ATI LPN
ATI Pediatrics Proctored Test
1. Which of the following statements regarding 2-rescuer child CPR is correct?
- A. The chest should be compressed with one hand, and a compression-to-ventilation ratio of 30:2 should be used.
- B. The chest should not be allowed to fully recoil in between compressions.
- C. A compression-to-ventilation ratio of 15:2 should be used if an advanced airway is in place.
- D. Compress the chest with one or two hands to a depth equal to one-third the diameter of the chest.
Correct answer: D
Rationale: During 2-rescuer child CPR, it is important to compress the chest with one or two hands to a depth equal to one-third the diameter of the chest. This technique ensures effective chest compressions are being delivered to help circulate blood and oxygenate the child's body. Choice A is incorrect because both hands should be used for chest compressions in 2-rescuer CPR. Choice B is incorrect as allowing the chest to fully recoil between compressions is essential to create negative pressure and facilitate blood flow back to the heart. Choice C is incorrect as the standard compression-to-ventilation ratio for child CPR is 30:2, regardless of whether an advanced airway is in place.

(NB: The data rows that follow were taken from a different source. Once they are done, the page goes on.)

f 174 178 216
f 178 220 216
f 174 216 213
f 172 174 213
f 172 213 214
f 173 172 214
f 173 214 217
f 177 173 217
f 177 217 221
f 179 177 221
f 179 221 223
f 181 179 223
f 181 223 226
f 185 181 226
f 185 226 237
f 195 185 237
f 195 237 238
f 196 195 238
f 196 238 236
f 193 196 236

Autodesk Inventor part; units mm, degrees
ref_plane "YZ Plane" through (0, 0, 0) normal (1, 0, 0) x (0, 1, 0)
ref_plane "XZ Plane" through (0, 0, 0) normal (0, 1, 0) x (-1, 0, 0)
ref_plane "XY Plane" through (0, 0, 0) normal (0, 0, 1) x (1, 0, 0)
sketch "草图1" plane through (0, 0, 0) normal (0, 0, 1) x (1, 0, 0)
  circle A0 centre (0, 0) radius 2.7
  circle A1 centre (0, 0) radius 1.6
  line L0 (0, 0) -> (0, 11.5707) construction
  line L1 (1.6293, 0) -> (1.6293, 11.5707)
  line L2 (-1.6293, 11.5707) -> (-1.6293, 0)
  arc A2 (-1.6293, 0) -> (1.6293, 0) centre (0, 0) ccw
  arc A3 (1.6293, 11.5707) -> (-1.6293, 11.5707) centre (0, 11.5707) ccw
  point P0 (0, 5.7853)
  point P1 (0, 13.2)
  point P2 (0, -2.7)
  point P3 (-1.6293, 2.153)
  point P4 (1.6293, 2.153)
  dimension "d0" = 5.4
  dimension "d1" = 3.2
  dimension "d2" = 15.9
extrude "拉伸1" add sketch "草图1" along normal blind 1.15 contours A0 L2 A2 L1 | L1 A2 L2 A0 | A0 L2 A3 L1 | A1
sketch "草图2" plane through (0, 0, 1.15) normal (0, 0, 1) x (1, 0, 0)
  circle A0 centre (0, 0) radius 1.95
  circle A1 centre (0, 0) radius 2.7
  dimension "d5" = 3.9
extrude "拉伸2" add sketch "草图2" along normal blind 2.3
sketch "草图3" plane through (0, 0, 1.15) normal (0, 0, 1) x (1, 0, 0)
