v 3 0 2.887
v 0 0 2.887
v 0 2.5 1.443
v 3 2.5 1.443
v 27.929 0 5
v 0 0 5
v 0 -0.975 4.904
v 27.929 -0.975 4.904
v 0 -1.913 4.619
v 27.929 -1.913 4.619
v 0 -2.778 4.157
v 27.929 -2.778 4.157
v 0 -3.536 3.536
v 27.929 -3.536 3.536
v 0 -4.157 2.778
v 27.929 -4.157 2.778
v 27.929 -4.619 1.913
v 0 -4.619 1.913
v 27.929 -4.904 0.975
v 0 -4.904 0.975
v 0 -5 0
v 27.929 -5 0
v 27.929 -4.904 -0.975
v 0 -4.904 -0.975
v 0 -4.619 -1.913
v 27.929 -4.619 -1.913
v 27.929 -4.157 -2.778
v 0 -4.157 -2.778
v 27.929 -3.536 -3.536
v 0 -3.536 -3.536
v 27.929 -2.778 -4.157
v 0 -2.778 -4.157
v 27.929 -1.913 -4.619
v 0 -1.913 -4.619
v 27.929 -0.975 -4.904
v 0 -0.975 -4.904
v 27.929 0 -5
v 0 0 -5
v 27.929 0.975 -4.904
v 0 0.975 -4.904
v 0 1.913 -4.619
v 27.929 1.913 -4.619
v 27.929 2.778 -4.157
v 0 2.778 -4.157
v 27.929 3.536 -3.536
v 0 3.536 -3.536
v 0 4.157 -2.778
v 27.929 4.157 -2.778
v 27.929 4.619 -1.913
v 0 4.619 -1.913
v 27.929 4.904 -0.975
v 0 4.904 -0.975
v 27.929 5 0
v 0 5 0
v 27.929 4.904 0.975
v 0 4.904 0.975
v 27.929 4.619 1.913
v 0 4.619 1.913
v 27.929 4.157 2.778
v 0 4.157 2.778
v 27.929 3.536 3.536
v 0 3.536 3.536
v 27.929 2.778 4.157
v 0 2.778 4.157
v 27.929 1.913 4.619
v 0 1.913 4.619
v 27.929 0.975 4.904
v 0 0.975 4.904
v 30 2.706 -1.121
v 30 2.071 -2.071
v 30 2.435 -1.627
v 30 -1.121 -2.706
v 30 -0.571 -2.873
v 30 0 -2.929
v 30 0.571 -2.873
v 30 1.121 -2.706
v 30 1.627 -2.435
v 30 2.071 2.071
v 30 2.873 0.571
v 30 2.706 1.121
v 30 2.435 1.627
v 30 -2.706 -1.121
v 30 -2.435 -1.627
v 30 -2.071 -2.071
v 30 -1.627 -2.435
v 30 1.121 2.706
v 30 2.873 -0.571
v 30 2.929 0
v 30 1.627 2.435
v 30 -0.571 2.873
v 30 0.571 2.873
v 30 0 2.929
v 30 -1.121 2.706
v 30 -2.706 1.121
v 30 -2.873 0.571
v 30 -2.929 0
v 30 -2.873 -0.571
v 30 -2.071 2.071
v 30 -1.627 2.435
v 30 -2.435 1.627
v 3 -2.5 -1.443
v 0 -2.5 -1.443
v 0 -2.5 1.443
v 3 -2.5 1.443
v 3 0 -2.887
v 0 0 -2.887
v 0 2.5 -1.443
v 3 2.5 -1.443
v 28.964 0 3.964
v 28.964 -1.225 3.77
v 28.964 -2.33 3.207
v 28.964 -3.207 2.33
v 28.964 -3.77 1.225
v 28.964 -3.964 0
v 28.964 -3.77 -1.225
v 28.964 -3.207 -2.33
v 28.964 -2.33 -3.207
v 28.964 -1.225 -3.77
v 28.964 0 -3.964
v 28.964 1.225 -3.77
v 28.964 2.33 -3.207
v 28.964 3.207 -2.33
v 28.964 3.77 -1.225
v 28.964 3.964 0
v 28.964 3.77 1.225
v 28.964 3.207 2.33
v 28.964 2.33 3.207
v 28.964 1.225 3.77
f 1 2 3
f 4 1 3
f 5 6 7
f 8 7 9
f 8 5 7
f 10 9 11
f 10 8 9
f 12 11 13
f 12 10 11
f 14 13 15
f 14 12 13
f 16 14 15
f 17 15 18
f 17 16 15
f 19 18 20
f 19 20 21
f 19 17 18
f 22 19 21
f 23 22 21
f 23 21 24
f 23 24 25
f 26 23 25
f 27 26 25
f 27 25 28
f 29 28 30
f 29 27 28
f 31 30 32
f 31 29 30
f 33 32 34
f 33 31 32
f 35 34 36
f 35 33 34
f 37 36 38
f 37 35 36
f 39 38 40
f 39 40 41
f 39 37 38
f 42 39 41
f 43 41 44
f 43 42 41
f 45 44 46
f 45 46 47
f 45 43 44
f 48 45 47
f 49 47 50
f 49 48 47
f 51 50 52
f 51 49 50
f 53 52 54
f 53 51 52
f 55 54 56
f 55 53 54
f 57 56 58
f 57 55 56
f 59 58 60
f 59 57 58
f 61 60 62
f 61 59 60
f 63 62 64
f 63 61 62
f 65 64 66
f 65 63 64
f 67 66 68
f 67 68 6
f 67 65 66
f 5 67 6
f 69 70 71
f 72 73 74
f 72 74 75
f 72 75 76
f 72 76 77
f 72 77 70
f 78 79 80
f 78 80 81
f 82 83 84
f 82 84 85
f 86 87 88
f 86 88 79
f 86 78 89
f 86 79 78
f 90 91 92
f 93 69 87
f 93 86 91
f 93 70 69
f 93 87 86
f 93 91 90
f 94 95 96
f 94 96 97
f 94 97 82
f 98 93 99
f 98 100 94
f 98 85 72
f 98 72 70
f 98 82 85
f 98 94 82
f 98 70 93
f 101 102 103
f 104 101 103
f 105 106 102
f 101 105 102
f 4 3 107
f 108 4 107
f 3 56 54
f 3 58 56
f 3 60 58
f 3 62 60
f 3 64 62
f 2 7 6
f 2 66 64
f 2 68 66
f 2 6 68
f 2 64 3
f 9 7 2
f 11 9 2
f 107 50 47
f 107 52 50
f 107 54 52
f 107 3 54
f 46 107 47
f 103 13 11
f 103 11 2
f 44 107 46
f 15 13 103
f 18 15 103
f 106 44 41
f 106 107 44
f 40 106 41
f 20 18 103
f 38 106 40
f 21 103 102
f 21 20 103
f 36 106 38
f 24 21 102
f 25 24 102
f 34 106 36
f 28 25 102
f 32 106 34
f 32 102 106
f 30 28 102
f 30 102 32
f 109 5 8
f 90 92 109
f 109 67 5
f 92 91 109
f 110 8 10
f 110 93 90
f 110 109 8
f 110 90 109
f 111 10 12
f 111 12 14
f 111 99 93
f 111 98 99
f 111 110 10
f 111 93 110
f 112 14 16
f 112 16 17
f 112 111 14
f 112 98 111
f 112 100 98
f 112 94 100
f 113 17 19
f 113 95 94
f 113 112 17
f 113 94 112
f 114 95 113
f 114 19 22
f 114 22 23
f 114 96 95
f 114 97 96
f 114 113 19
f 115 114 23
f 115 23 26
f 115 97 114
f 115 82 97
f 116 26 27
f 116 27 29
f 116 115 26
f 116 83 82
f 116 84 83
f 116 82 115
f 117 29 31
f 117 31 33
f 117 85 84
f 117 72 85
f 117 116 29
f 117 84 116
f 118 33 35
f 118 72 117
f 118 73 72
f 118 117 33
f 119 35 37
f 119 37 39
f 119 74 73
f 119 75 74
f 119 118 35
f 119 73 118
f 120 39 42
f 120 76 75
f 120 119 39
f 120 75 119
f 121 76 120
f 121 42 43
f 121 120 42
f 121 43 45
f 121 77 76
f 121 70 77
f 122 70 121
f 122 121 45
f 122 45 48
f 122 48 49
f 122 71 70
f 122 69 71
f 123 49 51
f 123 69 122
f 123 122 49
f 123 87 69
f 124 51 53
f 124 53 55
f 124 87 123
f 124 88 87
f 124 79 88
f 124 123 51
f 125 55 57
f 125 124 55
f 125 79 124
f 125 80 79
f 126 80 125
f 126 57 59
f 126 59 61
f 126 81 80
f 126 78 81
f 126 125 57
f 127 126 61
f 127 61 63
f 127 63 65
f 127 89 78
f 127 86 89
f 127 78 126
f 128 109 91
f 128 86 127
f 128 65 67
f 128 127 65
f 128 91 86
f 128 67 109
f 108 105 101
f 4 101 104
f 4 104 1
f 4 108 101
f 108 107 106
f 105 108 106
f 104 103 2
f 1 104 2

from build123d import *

# Parameters (mm, degrees)
CUT_EXTRUDE1_DEPTH = 3


with BuildPart() as part:
    # Sketch1 → Revolve1 (revolve)
    with BuildSketch(Plane.XY, mode=Mode.PRIVATE) as revolve1_sk:
        Polygon((30, 2.928932188), (30, 0), (0, 0), (0, 5), (27.928932188, 5), align=None)
    revolve(revolve1_sk.sketch.rotate(Axis((0, 0, 0), (1, 0, 0)), 90), axis=Axis((0, 0, 0), (1, 0, 0)))

    # Sketch2 → Cut-Extrude1 (cut)
    with BuildSketch(Plane.ZY):
        Polygon((-1.443375673, 2.5), (-2.886751346, 0), (-1.443375673, -2.5), (1.443375673, -2.5), (2.886751346, 0), (1.443375673, 2.5), align=None)
    extrude(amount=-CUT_EXTRUDE1_DEPTH, mode=Mode.SUBTRACT)


solid = part.part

2. In growing children, growth hormone deficiency results in short stature and very slow growth rates. Short stature may result from which of the following?

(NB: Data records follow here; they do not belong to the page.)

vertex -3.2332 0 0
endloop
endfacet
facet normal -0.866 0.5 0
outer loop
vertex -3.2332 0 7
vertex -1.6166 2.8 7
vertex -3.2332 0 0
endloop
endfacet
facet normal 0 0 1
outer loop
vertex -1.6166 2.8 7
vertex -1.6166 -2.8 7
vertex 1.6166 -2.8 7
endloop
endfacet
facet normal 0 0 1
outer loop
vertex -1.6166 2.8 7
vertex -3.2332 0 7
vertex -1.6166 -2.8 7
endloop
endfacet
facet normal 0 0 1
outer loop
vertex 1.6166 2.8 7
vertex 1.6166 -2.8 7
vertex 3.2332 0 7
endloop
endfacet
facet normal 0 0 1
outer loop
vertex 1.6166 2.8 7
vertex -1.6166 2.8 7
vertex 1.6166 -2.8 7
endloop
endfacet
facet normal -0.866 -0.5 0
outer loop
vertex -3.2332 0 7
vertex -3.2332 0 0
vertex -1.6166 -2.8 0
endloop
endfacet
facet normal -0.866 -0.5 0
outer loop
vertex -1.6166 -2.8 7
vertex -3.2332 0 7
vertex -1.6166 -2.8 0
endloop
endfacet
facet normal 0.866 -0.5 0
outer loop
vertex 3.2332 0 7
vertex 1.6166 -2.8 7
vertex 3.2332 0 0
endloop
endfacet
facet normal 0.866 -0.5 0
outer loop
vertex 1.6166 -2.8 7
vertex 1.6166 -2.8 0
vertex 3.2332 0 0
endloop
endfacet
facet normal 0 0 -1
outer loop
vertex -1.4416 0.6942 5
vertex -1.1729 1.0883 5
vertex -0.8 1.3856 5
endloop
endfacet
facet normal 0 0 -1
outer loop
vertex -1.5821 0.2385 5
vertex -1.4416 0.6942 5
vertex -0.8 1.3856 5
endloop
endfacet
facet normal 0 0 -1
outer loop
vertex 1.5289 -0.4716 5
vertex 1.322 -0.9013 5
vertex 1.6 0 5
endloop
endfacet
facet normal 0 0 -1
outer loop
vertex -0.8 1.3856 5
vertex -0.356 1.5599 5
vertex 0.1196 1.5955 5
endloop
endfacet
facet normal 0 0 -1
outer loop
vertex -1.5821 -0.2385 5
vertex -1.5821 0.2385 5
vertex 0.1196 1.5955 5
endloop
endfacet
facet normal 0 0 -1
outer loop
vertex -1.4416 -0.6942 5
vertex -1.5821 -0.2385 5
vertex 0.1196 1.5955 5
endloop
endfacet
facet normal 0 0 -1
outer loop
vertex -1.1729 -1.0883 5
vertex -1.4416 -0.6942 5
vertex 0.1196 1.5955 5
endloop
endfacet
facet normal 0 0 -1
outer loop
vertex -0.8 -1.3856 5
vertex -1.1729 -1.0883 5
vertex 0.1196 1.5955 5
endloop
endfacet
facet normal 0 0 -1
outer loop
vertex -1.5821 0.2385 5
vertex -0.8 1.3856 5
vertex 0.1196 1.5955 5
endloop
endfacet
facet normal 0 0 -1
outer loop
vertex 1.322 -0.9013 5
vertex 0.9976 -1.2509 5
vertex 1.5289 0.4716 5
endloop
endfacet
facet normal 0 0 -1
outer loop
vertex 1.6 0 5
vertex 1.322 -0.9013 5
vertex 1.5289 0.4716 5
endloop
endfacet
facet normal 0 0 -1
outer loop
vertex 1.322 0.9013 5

- A. Anterior pituitary gland hypofunction
- B. Posterior pituitary gland hyperfunction
- C. Parathyroid gland hyperfunction
- D. Thyroid gland hyperfunction
Correct answer: A
Rationale: Short stature in growing children can result from anterior pituitary gland hypofunction, which leads to growth hormone deficiency. The anterior pituitary gland plays a crucial role in stimulating the release of growth hormone, and when it is underactive (hypofunction), insufficient growth hormone is produced, resulting in short stature and slow growth rates.
3. Which of the following parameters is the LEAST reliable when assessing the perfusion status of a 2-year-old child?
- A. Capillary refill time
- B. Presence of peripheral pulses
- C. Skin color and temperature
- D. Systolic blood pressure
Correct answer: D
Rationale: Systolic blood pressure is the least reliable parameter when assessing perfusion status in a 2-year-old child. In young children, blood pressure measurements can be variable, affected by factors like anxiety or crying. Capillary refill time, presence of peripheral pulses, and skin color and temperature are more reliable indicators of perfusion status in this age group.
4. What is a non-pharmacological management option for measles?
- A. Tepid sponging
- B. Oral hygiene
- C. Eye care
- D. N/A
Correct answer: A
Rationale: Tepid sponging is a non-pharmacological management option for measles. It helps reduce fever and discomfort by using lukewarm water to gently sponge the body. This method is commonly used to alleviate symptoms associated with measles. Oral hygiene and eye care are important for overall health but do not directly manage measles symptoms like tepid sponging does. Choice D, N/A, is incorrect as there are non-pharmacological management options available for measles.
5. What is the MOST effective way to prevent cardiopulmonary arrest in a newborn?
- A. Ensure effective oxygenation and ventilation.
- B. Administer blow-by oxygen as soon as the newborn is born.
- C. Perform an Apgar assessment every 5 minutes.
- D. Suction the newborn's mouth and nose every 3 minutes.
Correct answer: A
Rationale: The most effective way to prevent cardiopulmonary arrest in a newborn is to ensure effective oxygenation and ventilation. This is crucial in maintaining adequate oxygen supply and preventing respiratory distress or failure, which are significant factors leading to cardiopulmonary arrest. Providing appropriate ventilation support and oxygenation can help sustain the newborn's vital functions and reduce the risk of cardiopulmonary compromise.